TRY IT: Taking the entries below from the top, restate each line exactly and end with the line containing "v20 (42.50839,-25,-16.591542)".

TASK INPUT:
------------------------------------------------

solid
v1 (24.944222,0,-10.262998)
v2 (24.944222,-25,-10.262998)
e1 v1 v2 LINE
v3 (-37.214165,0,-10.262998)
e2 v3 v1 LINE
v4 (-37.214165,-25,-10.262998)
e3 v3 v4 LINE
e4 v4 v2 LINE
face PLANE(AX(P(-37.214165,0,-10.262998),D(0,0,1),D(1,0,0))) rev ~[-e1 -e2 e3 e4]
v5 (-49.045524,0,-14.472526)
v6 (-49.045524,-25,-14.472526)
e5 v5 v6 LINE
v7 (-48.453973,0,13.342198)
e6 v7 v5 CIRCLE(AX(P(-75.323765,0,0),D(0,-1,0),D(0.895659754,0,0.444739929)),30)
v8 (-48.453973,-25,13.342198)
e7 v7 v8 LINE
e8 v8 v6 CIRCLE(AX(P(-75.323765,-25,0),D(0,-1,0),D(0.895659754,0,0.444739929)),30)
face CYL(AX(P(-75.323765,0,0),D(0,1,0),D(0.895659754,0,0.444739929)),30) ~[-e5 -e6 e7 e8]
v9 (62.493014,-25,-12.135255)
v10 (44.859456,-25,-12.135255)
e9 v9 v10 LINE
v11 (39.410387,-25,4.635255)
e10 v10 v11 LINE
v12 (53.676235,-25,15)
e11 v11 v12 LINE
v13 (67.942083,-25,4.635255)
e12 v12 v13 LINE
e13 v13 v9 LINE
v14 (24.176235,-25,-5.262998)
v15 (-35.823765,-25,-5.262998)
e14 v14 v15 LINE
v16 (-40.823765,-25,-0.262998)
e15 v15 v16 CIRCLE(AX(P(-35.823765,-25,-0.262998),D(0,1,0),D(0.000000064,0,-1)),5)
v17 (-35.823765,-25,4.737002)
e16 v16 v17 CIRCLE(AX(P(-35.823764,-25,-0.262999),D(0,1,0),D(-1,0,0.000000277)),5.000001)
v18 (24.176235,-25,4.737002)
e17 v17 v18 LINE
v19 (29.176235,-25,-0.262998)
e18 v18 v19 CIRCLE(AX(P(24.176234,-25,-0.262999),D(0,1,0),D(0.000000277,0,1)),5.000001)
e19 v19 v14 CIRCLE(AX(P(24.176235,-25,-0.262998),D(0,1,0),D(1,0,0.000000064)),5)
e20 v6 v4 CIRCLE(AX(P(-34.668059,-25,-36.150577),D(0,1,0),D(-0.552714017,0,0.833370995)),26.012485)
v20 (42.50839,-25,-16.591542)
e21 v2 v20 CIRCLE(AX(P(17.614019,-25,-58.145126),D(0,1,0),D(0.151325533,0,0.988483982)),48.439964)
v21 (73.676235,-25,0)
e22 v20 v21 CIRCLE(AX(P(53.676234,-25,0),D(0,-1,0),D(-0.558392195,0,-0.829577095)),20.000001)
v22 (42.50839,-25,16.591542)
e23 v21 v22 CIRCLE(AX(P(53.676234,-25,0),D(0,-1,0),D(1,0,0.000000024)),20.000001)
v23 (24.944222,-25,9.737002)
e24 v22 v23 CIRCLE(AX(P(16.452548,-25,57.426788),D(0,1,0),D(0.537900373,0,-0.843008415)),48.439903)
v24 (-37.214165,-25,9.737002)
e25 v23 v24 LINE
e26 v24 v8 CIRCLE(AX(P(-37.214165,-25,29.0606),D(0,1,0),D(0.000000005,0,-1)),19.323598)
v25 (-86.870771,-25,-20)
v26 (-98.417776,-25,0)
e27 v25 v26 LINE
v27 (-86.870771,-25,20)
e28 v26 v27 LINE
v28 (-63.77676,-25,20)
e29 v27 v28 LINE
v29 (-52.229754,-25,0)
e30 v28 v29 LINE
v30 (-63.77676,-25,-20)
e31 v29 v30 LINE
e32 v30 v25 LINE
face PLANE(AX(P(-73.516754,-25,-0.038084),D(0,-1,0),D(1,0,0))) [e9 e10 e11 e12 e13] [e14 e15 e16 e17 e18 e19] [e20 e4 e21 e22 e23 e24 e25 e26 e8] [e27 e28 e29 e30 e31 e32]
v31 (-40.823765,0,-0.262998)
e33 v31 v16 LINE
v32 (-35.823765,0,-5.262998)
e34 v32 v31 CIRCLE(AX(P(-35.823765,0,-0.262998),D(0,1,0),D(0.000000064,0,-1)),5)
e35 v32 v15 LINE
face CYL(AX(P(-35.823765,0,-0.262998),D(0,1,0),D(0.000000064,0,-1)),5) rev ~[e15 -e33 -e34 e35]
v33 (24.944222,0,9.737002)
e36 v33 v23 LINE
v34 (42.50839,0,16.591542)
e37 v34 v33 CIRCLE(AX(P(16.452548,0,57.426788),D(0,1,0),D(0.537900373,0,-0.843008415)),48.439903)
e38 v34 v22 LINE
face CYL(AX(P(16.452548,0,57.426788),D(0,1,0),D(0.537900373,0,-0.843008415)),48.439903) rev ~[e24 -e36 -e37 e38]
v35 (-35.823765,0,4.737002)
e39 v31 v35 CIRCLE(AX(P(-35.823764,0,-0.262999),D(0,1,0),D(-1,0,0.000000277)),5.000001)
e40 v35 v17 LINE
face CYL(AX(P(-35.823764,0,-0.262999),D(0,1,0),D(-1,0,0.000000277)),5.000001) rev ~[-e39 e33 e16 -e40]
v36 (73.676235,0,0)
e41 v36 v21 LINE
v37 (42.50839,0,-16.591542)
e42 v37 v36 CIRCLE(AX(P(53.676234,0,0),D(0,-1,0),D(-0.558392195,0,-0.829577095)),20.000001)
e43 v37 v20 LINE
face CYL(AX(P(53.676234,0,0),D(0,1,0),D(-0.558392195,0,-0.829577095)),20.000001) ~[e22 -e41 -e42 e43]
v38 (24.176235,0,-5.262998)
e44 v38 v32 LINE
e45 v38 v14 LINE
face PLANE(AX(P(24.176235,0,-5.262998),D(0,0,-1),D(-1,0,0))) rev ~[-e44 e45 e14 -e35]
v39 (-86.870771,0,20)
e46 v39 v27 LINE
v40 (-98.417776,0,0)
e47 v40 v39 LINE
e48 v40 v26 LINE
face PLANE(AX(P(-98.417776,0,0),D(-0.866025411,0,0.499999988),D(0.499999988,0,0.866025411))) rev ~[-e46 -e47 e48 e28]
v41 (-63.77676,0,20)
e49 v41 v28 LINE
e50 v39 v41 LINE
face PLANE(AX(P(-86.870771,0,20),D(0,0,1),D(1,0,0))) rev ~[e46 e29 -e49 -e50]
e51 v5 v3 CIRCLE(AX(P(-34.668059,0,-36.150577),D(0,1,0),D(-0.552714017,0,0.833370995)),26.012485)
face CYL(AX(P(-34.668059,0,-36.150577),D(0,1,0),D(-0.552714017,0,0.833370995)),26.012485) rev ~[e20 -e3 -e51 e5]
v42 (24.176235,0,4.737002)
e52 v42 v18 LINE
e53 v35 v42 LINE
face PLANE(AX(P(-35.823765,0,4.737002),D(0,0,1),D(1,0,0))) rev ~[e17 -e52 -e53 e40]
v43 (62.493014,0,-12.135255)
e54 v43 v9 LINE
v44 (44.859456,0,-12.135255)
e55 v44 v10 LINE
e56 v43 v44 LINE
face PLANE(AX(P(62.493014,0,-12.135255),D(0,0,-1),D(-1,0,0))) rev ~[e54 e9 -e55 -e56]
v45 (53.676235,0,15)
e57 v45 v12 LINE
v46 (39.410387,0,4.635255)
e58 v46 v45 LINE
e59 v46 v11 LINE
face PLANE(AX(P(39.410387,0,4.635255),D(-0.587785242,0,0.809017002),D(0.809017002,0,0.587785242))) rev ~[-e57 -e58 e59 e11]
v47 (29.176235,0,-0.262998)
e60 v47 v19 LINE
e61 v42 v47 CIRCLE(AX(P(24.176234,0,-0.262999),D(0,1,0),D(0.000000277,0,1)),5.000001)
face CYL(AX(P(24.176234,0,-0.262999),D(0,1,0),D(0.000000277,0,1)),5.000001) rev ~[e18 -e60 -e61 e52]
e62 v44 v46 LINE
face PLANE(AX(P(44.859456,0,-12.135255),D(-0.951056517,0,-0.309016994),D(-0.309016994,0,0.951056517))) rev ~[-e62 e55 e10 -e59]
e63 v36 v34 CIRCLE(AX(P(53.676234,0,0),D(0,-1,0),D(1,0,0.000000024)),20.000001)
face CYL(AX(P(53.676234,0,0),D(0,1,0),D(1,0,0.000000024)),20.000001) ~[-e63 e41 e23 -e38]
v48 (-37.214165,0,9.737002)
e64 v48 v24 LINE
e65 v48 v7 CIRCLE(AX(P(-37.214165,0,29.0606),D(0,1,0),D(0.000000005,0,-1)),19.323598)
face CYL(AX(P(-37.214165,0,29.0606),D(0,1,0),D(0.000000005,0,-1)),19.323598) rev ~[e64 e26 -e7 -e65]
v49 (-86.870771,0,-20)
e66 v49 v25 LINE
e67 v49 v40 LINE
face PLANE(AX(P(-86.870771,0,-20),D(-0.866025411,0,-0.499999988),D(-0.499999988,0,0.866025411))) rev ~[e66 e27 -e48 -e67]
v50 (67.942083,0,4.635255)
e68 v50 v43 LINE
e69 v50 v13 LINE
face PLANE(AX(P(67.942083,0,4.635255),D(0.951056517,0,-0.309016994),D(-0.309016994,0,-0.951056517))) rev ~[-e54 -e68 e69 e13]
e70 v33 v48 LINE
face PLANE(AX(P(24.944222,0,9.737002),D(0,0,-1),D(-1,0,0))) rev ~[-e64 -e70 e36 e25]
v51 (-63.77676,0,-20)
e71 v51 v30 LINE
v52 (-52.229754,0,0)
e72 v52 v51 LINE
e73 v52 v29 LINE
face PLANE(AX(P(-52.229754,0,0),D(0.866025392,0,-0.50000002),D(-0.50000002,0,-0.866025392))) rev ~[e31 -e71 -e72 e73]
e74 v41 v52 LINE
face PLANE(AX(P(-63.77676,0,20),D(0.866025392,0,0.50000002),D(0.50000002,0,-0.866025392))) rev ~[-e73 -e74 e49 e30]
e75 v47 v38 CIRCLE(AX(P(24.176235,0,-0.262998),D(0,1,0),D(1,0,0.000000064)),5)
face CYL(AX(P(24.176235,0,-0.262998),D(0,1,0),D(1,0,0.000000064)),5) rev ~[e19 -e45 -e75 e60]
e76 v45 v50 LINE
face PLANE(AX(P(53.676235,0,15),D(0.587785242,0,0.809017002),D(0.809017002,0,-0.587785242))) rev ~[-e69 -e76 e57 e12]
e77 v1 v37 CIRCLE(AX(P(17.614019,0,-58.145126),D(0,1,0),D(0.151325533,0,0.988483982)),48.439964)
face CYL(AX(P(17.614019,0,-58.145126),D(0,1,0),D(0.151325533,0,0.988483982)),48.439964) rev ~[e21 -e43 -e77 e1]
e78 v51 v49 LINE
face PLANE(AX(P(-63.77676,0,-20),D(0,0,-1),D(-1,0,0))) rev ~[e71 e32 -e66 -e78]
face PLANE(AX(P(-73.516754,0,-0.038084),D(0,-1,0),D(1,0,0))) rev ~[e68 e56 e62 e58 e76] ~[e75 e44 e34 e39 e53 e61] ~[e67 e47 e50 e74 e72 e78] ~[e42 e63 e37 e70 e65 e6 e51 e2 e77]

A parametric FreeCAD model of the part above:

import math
import FreeCAD as App
import Part
import Sketcher
from FreeCAD import Vector


def add_polygon(sketch, points):
    """Adds a closed chain of lines whose ends are joined by coincident constraints."""
    first, n = sketch.GeometryCount, len(points)
    for a, b in zip(points, points[1:] + points[:1]):
        sketch.addGeometry(Part.LineSegment(App.Vector(*a, 0), App.Vector(*b, 0)), False)
    for i in range(n):
        sketch.addConstraint(Sketcher.Constraint("Coincident", first + i, 2, first + (i + 1) % n, 1))

doc = App.newDocument("Part")
params = doc.addObject("Spreadsheet::Sheet", "Params")
for row, (alias, value) in enumerate([
    ("sketch1_radius", "30 mm"),
    ("sketch1_radius2", "20.000001 mm"),
    ("sketch1_radius3", "5 mm"),
    ("sketch1_width", "60 mm"),
    ("sketch1_width2", "60 mm"),
    ("pad1_length", "25 mm"),
], start=1):
    params.set(f"A{row}", alias)
    params.set(f"B{row}", "=" + value)
    params.setAlias(f"B{row}", alias)

body = doc.addObject("PartDesign::Body", "Body")

# Sketch on XZ plane
sketch1 = body.newObject("Sketcher::SketchObject", "Sketch")
sketch1.AttachmentSupport = (doc.getObject("XZ_Plane"), [""])
sketch1.MapMode = "FlatFace"
sketch1.addGeometry(Part.ArcOfCircle(Part.Circle(Vector(-75.323765, 0, 0), Vector(0, 0, 1), 30), math.radians(26.406701), math.radians(331.156585)), False)  # 0
sketch1.addGeometry(Part.ArcOfCircle(Part.Circle(Vector(-34.668059, -36.150577, 0), Vector(0, 0, 1), 26.012485), math.radians(95.617114), math.radians(123.553406)), False)  # 1
sketch1.addGeometry(Part.LineSegment(Vector(-37.214165, -10.262998, 0), Vector(24.944222, -10.262998, 0)), False)  # 2
sketch1.addGeometry(Part.ArcOfCircle(Part.Circle(Vector(17.614019, -58.145126, 0), Vector(0, 0, 1), 48.439964), math.radians(59.074562), math.radians(81.296249)), False)  # 3
sketch1.addGeometry(Part.ArcOfCircle(Part.Circle(Vector(53.676234, 0, 0), Vector(0, 0, 1), 20.000001), math.radians(-123.94468), math.radians(-0.000001)), False)  # 4
sketch1.addGeometry(Part.ArcOfCircle(Part.Circle(Vector(53.676234, 0, 0), Vector(0, 0, 1), 20.000001), math.radians(0.000001), math.radians(123.94468)), False)  # 5
sketch1.addGeometry(Part.ArcOfCircle(Part.Circle(Vector(16.452548, 57.426788, 0), Vector(0, 0, 1), 48.439903), math.radians(-79.903692), math.radians(-57.459178)), False)  # 6
sketch1.addGeometry(Part.LineSegment(Vector(24.944222, 9.737002, 0), Vector(-37.214165, 9.737002, 0)), False)  # 7
sketch1.addGeometry(Part.ArcOfCircle(Part.Circle(Vector(-37.214165, 29.0606, 0), Vector(0, 0, 1), 19.323598), math.radians(-125.567542), math.radians(-90)), False)  # 8
sketch1.addGeometry(Part.ArcOfCircle(Part.Circle(Vector(-35.823765, -0.262998, 0), Vector(0, 0, 1), 5), math.radians(179.999996), math.radians(270.000004)), False)  # 9
sketch1.addGeometry(Part.ArcOfCircle(Part.Circle(Vector(-35.823764, -0.262999, 0), Vector(0, 0, 1), 5.000001), math.radians(90.000016), math.radians(179.999984)), False)  # 10
sketch1.addGeometry(Part.LineSegment(Vector(-35.823765, 4.737002, 0), Vector(24.176235, 4.737002, 0)), False)  # 11
sketch1.addGeometry(Part.ArcOfCircle(Part.Circle(Vector(24.176234, -0.262999, 0), Vector(0, 0, 1), 5.000001), math.radians(0.000016), math.radians(89.999984)), False)  # 12
sketch1.addGeometry(Part.ArcOfCircle(Part.Circle(Vector(24.176235, -0.262998, 0), Vector(0, 0, 1), 5), math.radians(-90.000004), math.radians(0.000004)), False)  # 13
sketch1.addGeometry(Part.LineSegment(Vector(24.176235, -5.262998, 0), Vector(-35.823765, -5.262998, 0)), False)  # 14
add_polygon(sketch1, [(-86.870771, -20), (-98.417776, 0), (-86.870771, 20), (-63.77676, 20), (-52.229754, 0), (-63.77676, -20)])  # lines 15-20
add_polygon(sketch1, [(39.410387, 4.635255), (53.676235, 15), (67.942083, 4.635255), (62.493014, -12.135255), (44.859456, -12.135255)])  # lines 21-25
sketch1.addConstraint([
    Sketcher.Constraint("Coincident", 0, 2, 1, 2),
    Sketcher.Constraint("Coincident", 1, 1, 2, 1),
    Sketcher.Constraint("Coincident", 2, 2, 3, 2),
    Sketcher.Constraint("Coincident", 3, 1, 4, 1),
    Sketcher.Constraint("Coincident", 4, 2, 5, 1),
    Sketcher.Constraint("Coincident", 5, 2, 6, 2),
    Sketcher.Constraint("Coincident", 6, 1, 7, 1),
    Sketcher.Constraint("Coincident", 7, 2, 8, 2),
    Sketcher.Constraint("Coincident", 8, 1, 0, 1),
    Sketcher.Constraint("Coincident", 9, 1, 10, 2),
    Sketcher.Constraint("Coincident", 10, 1, 11, 1),
    Sketcher.Constraint("Coincident", 11, 2, 12, 2),
    Sketcher.Constraint("Coincident", 12, 1, 13, 2),
    Sketcher.Constraint("Coincident", 13, 1, 14, 1),
    Sketcher.Constraint("Coincident", 14, 2, 9, 2),
    Sketcher.Constraint("Horizontal", 2),
    Sketcher.Constraint("Horizontal", 7),
    Sketcher.Constraint("Horizontal", 11),
    Sketcher.Constraint("Horizontal", 14),
    Sketcher.Constraint("Horizontal", 17),
    Sketcher.Constraint("Horizontal", 20),
    Sketcher.Constraint("Horizontal", 24),
    Sketcher.Constraint("Coincident", 5, 3, 4, 3),
    Sketcher.Constraint("Coincident", 10, 3, 9, 3),
    Sketcher.Constraint("Coincident", 13, 3, 12, 3),
    Sketcher.Constraint("PointOnObject", 0, 3, -1),
    Sketcher.Constraint("PointOnObject", 4, 3, -1),
    Sketcher.Constraint("PointOnObject", 4, 2, -1),
    Sketcher.Constraint("PointOnObject", 15, 2, -1),
    Sketcher.Constraint("PointOnObject", 18, 2, -1),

------------------------------------------------

EXERCISE RESPONSE:
solid
v1 (24.944222,0,-10.262998)
v2 (24.944222,-25,-10.262998)
e1 v1 v2 LINE
v3 (-37.214165,0,-10.262998)
e2 v3 v1 LINE
v4 (-37.214165,-25,-10.262998)
e3 v3 v4 LINE
e4 v4 v2 LINE
face PLANE(AX(P(-37.214165,0,-10.262998),D(0,0,1),D(1,0,0))) rev ~[-e1 -e2 e3 e4]
v5 (-49.045524,0,-14.472526)
v6 (-49.045524,-25,-14.472526)
e5 v5 v6 LINE
v7 (-48.453973,0,13.342198)
e6 v7 v5 CIRCLE(AX(P(-75.323765,0,0),D(0,-1,0),D(0.895659754,0,0.444739929)),30)
v8 (-48.453973,-25,13.342198)
e7 v7 v8 LINE
e8 v8 v6 CIRCLE(AX(P(-75.323765,-25,0),D(0,-1,0),D(0.895659754,0,0.444739929)),30)
face CYL(AX(P(-75.323765,0,0),D(0,1,0),D(0.895659754,0,0.444739929)),30) ~[-e5 -e6 e7 e8]
v9 (62.493014,-25,-12.135255)
v10 (44.859456,-25,-12.135255)
e9 v9 v10 LINE
v11 (39.410387,-25,4.635255)
e10 v10 v11 LINE
v12 (53.676235,-25,15)
e11 v11 v12 LINE
v13 (67.942083,-25,4.635255)
e12 v12 v13 LINE
e13 v13 v9 LINE
v14 (24.176235,-25,-5.262998)
v15 (-35.823765,-25,-5.262998)
e14 v14 v15 LINE
v16 (-40.823765,-25,-0.262998)
e15 v15 v16 CIRCLE(AX(P(-35.823765,-25,-0.262998),D(0,1,0),D(0.000000064,0,-1)),5)
v17 (-35.823765,-25,4.737002)
e16 v16 v17 CIRCLE(AX(P(-35.823764,-25,-0.262999),D(0,1,0),D(-1,0,0.000000277)),5.000001)
v18 (24.176235,-25,4.737002)
e17 v17 v18 LINE
v19 (29.176235,-25,-0.262998)
e18 v18 v19 CIRCLE(AX(P(24.176234,-25,-0.262999),D(0,1,0),D(0.000000277,0,1)),5.000001)
e19 v19 v14 CIRCLE(AX(P(24.176235,-25,-0.262998),D(0,1,0),D(1,0,0.000000064)),5)
e20 v6 v4 CIRCLE(AX(P(-34.668059,-25,-36.150577),D(0,1,0),D(-0.552714017,0,0.833370995)),26.012485)
v20 (42.50839,-25,-16.591542)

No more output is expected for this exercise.